The lines from the top of the records below through the one containing "f 352 348 349" are to be transcribed exactly, and nothing else is to be added.

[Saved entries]
════════
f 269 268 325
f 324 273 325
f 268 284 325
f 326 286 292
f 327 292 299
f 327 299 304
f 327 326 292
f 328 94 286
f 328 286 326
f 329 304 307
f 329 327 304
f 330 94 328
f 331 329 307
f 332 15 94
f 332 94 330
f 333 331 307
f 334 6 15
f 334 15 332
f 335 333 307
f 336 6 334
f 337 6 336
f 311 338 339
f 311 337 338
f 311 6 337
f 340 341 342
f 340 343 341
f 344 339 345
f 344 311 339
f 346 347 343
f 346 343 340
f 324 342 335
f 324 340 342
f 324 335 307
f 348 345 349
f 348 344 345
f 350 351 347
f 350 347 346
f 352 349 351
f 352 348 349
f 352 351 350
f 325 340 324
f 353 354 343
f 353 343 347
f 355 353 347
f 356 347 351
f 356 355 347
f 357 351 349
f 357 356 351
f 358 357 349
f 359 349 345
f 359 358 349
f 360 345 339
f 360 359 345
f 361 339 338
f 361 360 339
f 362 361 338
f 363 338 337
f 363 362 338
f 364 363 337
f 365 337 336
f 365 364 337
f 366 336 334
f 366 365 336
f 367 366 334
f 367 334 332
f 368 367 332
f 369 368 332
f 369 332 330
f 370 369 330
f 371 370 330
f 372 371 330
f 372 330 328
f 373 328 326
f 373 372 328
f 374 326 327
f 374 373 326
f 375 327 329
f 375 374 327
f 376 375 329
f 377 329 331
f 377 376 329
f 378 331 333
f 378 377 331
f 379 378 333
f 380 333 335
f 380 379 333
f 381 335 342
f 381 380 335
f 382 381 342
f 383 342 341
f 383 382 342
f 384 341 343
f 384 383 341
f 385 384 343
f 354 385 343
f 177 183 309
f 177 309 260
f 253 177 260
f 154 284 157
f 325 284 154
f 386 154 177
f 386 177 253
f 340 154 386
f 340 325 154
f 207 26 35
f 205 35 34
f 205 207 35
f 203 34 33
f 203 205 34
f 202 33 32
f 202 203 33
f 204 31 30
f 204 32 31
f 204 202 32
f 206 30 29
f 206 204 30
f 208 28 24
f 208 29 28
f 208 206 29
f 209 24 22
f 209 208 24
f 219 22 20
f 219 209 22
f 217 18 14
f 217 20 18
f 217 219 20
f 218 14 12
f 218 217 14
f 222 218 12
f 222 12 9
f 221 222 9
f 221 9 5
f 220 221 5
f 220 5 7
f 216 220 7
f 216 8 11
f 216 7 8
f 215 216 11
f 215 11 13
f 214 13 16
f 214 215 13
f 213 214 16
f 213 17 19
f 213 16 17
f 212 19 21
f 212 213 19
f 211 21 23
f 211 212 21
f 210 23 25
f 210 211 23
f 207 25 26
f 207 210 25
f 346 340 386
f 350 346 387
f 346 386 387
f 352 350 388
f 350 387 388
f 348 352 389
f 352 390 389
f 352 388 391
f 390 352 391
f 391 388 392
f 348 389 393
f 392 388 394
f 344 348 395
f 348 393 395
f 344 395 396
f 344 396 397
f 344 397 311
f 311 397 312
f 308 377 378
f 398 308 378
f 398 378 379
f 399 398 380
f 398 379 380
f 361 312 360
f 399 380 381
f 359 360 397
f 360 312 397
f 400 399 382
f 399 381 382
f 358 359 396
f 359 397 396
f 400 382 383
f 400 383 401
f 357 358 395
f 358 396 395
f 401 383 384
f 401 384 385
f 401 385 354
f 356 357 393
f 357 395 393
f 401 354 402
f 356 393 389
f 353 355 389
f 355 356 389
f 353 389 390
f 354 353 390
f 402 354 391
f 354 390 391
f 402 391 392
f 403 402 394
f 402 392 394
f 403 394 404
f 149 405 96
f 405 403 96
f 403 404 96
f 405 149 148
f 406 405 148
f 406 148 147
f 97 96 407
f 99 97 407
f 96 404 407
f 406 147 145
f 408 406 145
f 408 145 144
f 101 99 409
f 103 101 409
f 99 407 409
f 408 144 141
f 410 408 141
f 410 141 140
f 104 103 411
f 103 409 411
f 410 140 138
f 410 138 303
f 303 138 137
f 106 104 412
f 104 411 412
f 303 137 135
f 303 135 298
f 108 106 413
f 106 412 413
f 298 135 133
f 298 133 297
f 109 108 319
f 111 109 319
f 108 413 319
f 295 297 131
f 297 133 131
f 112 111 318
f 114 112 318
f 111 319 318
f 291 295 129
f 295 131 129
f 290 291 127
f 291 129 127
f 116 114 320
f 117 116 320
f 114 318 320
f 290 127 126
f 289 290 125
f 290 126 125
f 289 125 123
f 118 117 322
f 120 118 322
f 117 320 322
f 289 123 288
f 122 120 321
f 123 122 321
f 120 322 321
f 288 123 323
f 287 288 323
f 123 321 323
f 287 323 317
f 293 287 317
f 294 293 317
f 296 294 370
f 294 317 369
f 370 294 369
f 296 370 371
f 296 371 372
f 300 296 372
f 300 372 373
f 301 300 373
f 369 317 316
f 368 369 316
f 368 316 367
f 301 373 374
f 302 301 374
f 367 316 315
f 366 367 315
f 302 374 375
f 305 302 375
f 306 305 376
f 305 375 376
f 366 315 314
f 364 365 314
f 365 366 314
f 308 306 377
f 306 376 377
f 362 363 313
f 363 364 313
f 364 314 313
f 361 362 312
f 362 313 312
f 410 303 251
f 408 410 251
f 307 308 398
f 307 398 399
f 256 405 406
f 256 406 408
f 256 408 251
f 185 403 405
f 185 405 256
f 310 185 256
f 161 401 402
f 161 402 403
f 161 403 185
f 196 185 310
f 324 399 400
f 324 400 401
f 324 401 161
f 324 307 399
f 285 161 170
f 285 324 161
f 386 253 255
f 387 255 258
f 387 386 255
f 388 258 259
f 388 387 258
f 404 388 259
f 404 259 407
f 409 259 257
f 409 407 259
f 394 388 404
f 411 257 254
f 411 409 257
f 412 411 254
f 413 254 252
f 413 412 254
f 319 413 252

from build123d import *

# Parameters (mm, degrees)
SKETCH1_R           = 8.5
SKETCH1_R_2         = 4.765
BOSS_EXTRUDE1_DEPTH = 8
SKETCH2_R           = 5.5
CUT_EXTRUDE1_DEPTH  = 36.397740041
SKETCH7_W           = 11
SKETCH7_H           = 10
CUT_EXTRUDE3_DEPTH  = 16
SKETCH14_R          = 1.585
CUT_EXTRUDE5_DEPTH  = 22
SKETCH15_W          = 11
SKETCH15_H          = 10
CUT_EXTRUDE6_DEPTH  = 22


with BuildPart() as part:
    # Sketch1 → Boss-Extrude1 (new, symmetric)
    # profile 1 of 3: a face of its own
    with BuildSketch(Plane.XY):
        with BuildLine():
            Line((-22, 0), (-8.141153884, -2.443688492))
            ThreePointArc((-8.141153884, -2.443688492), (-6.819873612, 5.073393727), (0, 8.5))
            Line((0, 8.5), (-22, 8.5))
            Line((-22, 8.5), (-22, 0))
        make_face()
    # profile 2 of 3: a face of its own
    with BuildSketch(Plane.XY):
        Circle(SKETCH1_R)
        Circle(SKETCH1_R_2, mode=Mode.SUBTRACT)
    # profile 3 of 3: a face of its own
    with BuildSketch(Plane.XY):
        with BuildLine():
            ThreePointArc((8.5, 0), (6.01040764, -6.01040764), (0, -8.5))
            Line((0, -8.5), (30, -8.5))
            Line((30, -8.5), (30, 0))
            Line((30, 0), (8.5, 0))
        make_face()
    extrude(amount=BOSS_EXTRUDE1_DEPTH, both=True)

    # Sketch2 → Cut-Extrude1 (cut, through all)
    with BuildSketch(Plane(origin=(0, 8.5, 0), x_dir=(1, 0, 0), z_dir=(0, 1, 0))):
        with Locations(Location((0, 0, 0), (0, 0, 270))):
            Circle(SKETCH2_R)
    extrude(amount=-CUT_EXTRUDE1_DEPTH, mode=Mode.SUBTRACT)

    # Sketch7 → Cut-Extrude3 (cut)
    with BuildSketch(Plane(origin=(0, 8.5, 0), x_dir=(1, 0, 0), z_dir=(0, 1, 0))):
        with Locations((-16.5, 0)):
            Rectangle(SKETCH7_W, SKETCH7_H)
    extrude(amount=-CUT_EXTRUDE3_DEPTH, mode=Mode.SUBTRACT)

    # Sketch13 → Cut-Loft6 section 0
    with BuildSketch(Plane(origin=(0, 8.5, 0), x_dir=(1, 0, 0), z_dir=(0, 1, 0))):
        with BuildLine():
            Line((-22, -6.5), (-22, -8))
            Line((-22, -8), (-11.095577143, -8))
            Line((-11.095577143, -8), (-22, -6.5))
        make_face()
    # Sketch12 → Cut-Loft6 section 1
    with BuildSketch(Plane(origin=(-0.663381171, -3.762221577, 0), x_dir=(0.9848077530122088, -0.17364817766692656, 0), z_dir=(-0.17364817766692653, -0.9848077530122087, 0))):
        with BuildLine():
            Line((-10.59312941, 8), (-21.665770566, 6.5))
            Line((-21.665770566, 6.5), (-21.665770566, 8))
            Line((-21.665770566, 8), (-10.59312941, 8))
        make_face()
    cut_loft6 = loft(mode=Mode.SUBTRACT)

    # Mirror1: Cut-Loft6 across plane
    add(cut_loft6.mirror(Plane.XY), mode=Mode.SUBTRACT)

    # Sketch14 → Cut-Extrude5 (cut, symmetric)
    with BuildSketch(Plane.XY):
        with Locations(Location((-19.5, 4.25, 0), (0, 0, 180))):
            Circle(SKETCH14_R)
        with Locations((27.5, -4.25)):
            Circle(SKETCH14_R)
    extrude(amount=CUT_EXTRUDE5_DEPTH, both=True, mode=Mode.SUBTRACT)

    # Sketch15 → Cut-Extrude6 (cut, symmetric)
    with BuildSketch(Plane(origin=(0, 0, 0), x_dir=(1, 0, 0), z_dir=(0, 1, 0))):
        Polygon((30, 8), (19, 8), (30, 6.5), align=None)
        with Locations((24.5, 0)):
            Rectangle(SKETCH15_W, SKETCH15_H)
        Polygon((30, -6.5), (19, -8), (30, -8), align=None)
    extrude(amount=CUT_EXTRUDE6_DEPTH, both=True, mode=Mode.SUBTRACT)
════════
» **Result of the task**
f 269 268 325
f 324 273 325
f 268 284 325
f 326 286 292
f 327 292 299
f 327 299 304
f 327 326 292
f 328 94 286
f 328 286 326
f 329 304 307
f 329 327 304
f 330 94 328
f 331 329 307
f 332 15 94
f 332 94 330
f 333 331 307
f 334 6 15
f 334 15 332
f 335 333 307
f 336 6 334
f 337 6 336
f 311 338 339
f 311 337 338
f 311 6 337
f 340 341 342
f 340 343 341
f 344 339 345
f 344 311 339
f 346 347 343
f 346 343 340
f 324 342 335
f 324 340 342
f 324 335 307
f 348 345 349
f 348 344 345
f 350 351 347
f 350 347 346
f 352 349 351
f 352 348 349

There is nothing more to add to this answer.